* **WHAT YOU HAVE TO DO**:
All lines ahead of the one containing "#116=CARTESIAN_POINT('',(0.,0.,1.6256));" are to be left out; that line and each one after it, through the end of the records below, are to be duplicated exactly.
____ DATA LISTING
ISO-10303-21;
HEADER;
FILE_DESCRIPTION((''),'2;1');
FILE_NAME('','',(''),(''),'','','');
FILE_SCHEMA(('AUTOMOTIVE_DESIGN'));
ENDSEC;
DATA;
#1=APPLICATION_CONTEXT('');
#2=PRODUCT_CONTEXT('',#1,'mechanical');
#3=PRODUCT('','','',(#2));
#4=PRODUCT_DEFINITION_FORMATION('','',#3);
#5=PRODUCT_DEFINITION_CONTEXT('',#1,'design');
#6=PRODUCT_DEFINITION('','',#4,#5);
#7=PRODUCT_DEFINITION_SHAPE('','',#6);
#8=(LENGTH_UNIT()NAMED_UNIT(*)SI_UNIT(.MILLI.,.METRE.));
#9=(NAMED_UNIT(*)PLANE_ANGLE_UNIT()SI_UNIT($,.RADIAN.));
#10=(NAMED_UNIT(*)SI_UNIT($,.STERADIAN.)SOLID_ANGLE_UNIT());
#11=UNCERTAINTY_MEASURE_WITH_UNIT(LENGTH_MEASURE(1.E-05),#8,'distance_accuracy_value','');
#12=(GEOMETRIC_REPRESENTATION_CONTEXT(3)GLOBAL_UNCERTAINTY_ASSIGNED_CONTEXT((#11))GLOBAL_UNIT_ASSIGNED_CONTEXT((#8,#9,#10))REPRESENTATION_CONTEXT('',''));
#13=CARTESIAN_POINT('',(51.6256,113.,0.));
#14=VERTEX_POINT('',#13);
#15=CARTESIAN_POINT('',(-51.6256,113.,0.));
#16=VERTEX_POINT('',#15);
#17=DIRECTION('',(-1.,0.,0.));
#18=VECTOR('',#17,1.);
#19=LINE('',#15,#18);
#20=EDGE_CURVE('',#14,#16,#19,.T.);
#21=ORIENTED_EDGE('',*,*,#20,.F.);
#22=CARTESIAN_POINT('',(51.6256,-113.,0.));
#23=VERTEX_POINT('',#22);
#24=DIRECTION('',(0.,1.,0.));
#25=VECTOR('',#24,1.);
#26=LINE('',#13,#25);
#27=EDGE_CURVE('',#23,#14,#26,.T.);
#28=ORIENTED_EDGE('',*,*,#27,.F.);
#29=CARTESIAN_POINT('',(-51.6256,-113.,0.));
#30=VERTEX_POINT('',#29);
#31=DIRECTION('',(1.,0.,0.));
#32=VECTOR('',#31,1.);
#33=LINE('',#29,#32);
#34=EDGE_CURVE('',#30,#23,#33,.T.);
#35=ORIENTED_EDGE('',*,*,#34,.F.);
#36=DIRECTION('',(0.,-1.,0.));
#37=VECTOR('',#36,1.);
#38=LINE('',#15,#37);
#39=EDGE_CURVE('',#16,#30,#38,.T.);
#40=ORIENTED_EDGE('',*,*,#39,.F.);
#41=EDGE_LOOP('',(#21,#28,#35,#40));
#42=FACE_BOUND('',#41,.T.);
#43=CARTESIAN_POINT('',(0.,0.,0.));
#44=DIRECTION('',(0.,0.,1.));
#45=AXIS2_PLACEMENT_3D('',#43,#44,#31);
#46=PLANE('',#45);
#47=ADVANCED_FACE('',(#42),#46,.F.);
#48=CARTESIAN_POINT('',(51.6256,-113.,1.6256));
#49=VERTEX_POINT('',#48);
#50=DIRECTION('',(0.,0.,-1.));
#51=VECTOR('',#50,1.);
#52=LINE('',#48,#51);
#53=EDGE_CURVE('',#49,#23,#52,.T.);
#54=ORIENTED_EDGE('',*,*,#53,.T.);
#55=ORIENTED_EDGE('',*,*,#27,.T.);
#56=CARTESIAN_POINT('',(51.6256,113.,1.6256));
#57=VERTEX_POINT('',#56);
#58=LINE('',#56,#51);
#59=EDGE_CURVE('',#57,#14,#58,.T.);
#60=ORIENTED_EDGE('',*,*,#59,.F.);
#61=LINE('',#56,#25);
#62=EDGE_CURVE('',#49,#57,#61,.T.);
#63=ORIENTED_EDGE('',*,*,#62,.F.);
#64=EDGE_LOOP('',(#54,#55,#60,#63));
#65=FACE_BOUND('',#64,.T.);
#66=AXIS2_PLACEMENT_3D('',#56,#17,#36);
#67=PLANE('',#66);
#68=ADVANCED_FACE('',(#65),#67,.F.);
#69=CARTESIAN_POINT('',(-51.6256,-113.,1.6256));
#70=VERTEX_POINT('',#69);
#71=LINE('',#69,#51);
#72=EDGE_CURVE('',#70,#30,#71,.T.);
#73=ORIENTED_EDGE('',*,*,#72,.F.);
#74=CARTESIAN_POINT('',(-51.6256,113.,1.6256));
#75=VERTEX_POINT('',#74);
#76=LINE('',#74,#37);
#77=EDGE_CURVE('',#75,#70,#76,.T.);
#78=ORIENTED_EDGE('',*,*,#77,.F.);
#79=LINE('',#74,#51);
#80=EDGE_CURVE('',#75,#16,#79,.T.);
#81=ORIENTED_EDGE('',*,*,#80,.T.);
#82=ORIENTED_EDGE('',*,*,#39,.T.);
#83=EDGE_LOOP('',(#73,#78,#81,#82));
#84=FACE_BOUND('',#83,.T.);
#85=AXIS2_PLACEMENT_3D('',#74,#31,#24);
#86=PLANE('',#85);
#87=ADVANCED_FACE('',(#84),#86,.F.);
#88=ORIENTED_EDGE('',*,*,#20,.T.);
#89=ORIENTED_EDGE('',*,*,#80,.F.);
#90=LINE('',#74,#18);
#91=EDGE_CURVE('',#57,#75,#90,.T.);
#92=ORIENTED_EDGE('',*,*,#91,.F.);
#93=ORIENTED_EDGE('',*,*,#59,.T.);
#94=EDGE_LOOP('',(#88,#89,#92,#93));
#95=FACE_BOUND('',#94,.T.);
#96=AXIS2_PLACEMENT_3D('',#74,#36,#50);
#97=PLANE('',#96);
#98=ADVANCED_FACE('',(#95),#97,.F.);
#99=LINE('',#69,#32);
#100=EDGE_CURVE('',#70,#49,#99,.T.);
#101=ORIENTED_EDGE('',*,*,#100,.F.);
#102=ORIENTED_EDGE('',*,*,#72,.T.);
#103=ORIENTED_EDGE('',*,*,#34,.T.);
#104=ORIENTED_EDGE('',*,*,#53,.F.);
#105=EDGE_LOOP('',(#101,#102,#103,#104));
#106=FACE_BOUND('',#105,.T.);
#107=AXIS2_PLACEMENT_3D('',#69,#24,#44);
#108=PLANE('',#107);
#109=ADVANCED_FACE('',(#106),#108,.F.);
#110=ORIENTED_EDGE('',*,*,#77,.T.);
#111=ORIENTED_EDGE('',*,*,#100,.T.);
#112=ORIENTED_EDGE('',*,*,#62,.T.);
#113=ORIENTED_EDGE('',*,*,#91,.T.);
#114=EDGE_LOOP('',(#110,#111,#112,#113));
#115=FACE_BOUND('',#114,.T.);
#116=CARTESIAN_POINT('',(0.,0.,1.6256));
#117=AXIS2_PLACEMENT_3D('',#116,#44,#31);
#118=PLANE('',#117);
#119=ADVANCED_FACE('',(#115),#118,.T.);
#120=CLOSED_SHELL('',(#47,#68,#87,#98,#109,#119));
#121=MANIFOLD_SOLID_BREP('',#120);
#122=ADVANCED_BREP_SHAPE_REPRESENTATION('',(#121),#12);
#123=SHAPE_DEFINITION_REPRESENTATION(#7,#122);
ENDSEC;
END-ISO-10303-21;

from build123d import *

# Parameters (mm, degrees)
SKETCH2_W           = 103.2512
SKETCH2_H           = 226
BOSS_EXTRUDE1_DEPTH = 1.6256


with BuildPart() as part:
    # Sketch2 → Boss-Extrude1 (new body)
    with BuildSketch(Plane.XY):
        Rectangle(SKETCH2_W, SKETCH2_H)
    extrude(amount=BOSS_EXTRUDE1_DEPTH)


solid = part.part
________
* **SOLUTION BELOW**:
#116=CARTESIAN_POINT('',(0.,0.,1.6256));
#117=AXIS2_PLACEMENT_3D('',#116,#44,#31);
#118=PLANE('',#117);
#119=ADVANCED_FACE('',(#115),#118,.T.);
#120=CLOSED_SHELL('',(#47,#68,#87,#98,#109,#119));
#121=MANIFOLD_SOLID_BREP('',#120);
#122=ADVANCED_BREP_SHAPE_REPRESENTATION('',(#121),#12);
#123=SHAPE_DEFINITION_REPRESENTATION(#7,#122);
ENDSEC;
END-ISO-10303-21;

from build123d import *

# Parameters (mm, degrees)
SKETCH2_W           = 103.2512
SKETCH2_H           = 226
BOSS_EXTRUDE1_DEPTH = 1.6256


with BuildPart() as part:
    # Sketch2 → Boss-Extrude1 (new body)
    with BuildSketch(Plane.XY):
        Rectangle(SKETCH2_W, SKETCH2_H)
    extrude(amount=BOSS_EXTRUDE1_DEPTH)


solid = part.part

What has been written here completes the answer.